Yes, they're that good.
Idaho Homesteader
Lord Bison: you are right overall. It's a suckers game. Don't worry about the timing, just prep and live. Be happy in ze bunker of doom.....but after wheat, filters and bolt gun with 500 rounds of ammo, you need warmth, vitamins and water. On junk land, the remoter the better, but you need water big time and its your biggest problem.......
Been meaning to mention the endless repetitive drivel thing. When you spit the words out like you do ... well its already 5 feet high and rising.
BTW I am and have been for the longest time LMFAO at your and so many others' Peak Oil drivel.
Has there been any major shift in the population Growth of Homo Sapiens on the 3rd rock from the Sun towards the Negative? Has a few billion acres of arable crop land appeared in the last few months? Has there been any new discovery of oil fields so vast that they cover Siberia?
If the answer to all 3 trends is NO, then the only solution is to PREP NOW!
One thing to consider is "Nature's Head" for your toilet needs. It's a self contained composting toilet used on ships and rvs. The key to the toilet is urine separation. That is, shit goes into one container and the urine goes into another container. The urine is harmless and can be poured about anywhere. The manure composts and has to be dumped periodically but is relatively harmless (and light weight as it has little liquid) because it is mostly odorless and composted.

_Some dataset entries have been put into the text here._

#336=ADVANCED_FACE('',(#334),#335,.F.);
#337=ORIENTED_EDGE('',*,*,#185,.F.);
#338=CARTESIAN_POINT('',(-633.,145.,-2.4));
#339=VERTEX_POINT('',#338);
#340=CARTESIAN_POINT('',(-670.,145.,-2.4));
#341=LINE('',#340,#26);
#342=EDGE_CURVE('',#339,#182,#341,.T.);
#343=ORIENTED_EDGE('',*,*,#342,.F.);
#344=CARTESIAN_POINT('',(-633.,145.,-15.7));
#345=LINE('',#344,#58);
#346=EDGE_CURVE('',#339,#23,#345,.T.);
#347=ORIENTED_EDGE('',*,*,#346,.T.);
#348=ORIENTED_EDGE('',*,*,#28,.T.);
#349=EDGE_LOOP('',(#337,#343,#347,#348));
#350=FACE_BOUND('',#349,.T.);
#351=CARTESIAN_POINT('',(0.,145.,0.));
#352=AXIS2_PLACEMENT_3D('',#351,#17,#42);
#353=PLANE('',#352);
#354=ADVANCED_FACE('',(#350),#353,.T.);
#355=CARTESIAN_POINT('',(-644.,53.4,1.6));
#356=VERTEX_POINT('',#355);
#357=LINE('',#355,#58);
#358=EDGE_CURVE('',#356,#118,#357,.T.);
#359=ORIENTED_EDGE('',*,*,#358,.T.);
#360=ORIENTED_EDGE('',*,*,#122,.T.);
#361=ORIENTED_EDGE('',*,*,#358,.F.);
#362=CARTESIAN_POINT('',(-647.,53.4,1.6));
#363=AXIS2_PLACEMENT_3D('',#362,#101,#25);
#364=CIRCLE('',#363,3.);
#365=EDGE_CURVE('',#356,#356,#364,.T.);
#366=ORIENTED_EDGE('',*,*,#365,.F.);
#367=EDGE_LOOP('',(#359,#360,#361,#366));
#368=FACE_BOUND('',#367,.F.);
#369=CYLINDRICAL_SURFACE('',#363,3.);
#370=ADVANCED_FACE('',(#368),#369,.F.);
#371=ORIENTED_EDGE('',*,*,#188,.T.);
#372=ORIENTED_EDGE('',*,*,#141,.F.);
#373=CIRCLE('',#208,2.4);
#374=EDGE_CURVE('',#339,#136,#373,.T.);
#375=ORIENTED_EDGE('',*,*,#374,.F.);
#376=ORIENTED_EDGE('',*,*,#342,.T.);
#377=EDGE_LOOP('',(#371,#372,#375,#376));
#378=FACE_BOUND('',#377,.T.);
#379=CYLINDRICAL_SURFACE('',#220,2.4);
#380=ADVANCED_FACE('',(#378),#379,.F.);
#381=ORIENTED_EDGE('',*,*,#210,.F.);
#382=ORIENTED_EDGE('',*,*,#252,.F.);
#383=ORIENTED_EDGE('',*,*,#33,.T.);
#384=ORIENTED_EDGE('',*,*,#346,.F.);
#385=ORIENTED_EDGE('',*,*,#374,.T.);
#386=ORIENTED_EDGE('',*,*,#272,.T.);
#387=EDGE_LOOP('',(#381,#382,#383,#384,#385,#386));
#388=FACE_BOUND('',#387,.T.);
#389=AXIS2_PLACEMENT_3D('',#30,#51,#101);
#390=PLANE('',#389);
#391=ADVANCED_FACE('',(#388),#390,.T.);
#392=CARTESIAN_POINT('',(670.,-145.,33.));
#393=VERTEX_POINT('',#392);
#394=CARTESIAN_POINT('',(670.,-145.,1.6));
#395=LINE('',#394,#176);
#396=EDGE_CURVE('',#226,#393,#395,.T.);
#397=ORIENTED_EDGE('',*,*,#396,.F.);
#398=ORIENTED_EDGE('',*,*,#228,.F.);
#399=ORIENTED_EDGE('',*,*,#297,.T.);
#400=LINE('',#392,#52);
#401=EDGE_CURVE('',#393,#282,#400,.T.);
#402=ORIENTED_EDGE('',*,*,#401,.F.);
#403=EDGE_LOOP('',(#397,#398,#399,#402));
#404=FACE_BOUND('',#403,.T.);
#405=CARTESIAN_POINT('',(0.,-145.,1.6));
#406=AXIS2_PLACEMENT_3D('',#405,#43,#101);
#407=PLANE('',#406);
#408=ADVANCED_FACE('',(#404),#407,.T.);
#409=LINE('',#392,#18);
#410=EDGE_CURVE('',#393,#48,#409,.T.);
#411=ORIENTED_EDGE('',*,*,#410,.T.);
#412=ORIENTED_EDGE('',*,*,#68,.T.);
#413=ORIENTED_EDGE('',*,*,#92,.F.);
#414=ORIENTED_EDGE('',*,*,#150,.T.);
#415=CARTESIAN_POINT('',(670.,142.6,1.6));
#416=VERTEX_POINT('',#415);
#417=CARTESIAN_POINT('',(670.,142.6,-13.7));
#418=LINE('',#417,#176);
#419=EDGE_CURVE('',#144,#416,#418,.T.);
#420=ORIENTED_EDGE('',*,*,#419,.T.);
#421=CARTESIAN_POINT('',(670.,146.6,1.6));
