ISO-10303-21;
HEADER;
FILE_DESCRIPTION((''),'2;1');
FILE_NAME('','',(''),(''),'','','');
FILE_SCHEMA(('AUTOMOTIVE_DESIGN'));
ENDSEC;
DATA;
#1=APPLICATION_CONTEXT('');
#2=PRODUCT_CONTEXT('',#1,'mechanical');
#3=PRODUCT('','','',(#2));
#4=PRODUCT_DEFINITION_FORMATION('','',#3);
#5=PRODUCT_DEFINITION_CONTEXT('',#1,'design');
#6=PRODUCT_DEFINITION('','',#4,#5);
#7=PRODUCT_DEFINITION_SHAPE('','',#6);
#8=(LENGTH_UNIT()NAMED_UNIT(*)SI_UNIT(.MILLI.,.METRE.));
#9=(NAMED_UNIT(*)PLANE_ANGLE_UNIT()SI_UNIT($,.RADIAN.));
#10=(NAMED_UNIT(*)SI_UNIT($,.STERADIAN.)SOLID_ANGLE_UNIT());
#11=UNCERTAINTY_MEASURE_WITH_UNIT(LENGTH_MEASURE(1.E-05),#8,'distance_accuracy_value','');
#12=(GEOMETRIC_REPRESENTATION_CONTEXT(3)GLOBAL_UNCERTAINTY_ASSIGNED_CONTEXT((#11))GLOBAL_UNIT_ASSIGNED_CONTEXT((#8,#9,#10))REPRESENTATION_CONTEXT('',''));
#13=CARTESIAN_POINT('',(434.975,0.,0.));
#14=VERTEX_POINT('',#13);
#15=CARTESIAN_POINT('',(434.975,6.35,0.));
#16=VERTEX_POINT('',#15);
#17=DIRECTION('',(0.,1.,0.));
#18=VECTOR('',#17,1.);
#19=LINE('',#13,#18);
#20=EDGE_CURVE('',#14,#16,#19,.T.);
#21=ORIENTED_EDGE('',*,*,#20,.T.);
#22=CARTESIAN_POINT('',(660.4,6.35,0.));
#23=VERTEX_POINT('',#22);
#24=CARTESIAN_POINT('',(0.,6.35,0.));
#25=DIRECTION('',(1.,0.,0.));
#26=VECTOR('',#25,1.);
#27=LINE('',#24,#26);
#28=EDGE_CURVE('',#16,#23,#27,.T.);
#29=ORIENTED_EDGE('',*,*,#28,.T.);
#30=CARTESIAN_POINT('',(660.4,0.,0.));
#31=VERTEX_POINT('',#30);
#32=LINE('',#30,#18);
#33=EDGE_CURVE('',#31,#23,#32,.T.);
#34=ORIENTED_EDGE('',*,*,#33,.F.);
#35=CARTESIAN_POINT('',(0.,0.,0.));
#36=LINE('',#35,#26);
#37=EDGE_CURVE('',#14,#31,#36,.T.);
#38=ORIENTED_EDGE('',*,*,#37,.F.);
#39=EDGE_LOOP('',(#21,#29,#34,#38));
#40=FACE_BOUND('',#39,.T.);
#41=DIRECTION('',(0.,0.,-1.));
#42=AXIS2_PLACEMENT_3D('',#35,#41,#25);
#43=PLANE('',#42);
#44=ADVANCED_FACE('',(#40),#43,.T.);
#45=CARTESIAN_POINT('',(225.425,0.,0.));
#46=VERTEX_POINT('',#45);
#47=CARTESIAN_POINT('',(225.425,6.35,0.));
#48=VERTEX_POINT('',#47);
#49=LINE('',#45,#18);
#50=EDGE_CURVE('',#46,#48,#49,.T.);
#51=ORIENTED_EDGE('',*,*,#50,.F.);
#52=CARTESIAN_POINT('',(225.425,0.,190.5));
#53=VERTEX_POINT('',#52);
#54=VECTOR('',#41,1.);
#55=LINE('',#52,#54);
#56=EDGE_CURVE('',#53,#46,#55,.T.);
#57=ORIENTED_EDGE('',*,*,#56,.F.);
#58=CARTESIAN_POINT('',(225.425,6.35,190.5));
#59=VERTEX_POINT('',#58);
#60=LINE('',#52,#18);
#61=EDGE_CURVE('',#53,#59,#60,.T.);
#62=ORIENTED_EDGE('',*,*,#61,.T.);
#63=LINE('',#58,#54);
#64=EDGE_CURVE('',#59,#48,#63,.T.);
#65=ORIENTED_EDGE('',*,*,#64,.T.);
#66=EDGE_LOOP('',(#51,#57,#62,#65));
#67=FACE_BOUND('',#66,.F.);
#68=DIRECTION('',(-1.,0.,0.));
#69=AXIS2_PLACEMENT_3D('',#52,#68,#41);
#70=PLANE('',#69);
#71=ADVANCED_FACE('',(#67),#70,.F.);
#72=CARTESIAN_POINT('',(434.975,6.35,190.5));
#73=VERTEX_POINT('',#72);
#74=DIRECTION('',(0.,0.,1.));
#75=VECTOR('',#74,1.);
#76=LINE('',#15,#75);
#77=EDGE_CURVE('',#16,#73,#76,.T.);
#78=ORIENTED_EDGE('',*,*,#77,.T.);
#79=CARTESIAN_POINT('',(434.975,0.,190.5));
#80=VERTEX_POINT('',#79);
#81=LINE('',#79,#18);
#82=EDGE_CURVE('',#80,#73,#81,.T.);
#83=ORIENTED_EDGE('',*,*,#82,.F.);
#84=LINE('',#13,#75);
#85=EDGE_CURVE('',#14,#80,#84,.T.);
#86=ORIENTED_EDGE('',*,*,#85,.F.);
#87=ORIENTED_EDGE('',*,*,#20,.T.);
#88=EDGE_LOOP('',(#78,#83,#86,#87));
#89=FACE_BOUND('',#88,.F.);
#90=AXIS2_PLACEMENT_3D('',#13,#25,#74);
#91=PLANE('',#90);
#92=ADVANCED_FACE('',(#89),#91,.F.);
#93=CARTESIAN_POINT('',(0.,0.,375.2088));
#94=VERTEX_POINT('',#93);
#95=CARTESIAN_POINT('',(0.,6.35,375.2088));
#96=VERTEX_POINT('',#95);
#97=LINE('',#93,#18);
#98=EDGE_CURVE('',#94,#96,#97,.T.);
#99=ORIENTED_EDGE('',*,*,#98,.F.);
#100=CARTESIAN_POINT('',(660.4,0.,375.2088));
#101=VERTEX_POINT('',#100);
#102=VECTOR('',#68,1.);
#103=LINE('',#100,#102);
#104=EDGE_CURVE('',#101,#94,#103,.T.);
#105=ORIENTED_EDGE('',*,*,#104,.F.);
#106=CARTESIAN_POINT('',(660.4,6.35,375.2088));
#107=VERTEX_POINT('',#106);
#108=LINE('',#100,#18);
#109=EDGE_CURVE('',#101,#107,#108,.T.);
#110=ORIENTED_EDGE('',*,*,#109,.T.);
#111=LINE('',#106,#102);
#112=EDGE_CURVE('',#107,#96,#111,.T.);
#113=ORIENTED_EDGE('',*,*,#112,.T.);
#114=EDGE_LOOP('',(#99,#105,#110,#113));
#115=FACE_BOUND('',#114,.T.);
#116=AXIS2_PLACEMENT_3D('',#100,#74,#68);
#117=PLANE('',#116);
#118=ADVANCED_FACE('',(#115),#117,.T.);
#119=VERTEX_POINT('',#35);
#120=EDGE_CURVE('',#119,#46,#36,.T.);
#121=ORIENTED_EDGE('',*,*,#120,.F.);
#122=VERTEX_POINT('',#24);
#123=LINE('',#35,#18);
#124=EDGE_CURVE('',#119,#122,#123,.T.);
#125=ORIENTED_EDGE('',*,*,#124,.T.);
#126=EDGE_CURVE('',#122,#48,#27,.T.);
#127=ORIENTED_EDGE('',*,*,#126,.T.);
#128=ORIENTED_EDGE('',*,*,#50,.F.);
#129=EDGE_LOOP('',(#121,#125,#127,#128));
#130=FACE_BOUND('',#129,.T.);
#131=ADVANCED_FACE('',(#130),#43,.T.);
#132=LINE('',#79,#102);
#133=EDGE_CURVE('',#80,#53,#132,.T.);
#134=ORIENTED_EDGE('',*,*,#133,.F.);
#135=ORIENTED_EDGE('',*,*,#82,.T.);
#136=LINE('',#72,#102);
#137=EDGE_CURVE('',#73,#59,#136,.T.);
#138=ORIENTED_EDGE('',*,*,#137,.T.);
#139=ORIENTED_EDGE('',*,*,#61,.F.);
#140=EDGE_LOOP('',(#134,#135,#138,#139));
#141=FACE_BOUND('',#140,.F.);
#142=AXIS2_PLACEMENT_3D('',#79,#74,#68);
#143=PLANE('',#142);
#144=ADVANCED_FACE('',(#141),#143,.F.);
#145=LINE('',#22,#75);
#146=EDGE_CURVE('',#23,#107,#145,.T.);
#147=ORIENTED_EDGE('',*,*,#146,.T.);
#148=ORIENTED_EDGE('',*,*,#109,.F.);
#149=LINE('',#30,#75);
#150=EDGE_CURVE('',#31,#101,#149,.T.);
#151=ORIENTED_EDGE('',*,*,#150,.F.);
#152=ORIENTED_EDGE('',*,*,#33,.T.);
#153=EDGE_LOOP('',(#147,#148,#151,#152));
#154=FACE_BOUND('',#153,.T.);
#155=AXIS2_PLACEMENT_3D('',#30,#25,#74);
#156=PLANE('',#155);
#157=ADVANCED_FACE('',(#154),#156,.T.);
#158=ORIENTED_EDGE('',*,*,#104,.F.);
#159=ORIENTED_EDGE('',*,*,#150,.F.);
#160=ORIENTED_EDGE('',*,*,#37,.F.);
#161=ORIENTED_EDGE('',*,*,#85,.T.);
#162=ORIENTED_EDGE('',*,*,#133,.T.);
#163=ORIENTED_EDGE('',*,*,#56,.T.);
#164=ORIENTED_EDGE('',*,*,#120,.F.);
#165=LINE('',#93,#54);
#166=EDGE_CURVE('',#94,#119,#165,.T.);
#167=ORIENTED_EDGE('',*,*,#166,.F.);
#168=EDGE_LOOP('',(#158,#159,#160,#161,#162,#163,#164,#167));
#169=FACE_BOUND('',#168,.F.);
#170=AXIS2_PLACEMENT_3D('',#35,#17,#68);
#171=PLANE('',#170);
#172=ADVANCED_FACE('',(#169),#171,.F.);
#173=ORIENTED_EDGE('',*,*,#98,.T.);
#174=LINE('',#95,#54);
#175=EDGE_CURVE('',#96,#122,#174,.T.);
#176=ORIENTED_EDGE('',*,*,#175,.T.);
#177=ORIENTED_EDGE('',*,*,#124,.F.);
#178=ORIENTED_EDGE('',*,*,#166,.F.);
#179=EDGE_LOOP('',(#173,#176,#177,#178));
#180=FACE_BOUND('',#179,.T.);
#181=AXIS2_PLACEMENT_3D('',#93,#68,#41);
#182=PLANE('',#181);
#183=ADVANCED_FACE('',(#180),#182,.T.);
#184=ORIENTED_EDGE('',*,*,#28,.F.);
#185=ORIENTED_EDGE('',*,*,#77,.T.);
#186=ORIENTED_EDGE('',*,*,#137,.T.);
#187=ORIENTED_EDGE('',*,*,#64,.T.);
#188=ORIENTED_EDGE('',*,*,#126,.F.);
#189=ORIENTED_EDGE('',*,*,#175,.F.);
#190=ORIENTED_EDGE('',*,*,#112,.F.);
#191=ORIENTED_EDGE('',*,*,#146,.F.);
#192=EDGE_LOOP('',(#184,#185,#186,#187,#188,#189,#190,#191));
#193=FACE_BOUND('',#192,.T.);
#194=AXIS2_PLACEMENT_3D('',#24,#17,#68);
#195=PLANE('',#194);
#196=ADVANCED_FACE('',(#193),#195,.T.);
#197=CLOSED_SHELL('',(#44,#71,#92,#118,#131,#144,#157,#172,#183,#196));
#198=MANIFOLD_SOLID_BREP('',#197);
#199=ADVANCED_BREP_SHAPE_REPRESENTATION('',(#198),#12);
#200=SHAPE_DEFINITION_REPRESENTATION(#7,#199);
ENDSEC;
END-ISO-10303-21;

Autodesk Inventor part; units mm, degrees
ref_plane "YZ Plane" through (0, 0, 0) normal (1, 0, 0) x (0, 1, 0)
ref_plane "XZ Plane" through (0, 0, 0) normal (0, 1, 0) x (-1, 0, 0)
ref_plane "XY Plane" through (0, 0, 0) normal (0, 0, 1) x (1, 0, 0)
sketch "Sketch1" plane through (0, 0, 0) normal (0, 1, 0) x (-1, 0, 0)
  line L0 (0, 0) -> (-660.4, 0)
  line L1 (-660.4, 0) -> (-660.4, 375.2088)
  line L2 (-660.4, 375.2088) -> (0, 375.2088)
  line L3 (0, 375.2088) -> (0, 0)
  dimension "d0" = 660.4
  dimension "d1" = 375.2088
extrude "Extrusion1" add sketch "Sketch1" along normal blind 6.35
sketch "Sketch2" plane through (0, 0, 0) normal (0, -1, 0) x (1, 0, 0)
  line L0 (660.4, 0) -> (0, 0) projected
  line L1 (225.425, 0) -> (434.975, 0)
  line L2 (434.975, 0) -> (434.975, 190.5)
  line L3 (434.975, 190.5) -> (225.425, 190.5)
  line L4 (225.425, 190.5) -> (225.425, 0)
  line L5 (0, 375.2088) -> (0, 0) projected
  line L6 (660.4, 0) -> (660.4, 375.2088) projected
  dimension "d4" = 209.55
  dimension "d5" = 190.5
  dimension "d6" = 225.425
  dimension "d7" = 225.425
extrude "Extrusion2" cut sketch "Sketch2" against normal blind 6.35
properties part number "Electronics Board"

To me, it seems it would be fairly easy to adopt the concept to a bucket system. As much as possible, just urinate in one bucket and shit in another bucket (which is periodically stirred with peat moss). It's like the Humanure concept except with urine separation. I have experimented with this in camping. You can google for a lot of information on the urine separation concept.
One site on "Nature's Head":
http://www.natureshead.net/
Jim, I deeply appreciate you directly talking about you solar water heater, your toilet solutions, and all your other experiences. I don't feel so crazy knowing there are others out there that are meeting the prospect of collapse head-on (no pun intended0.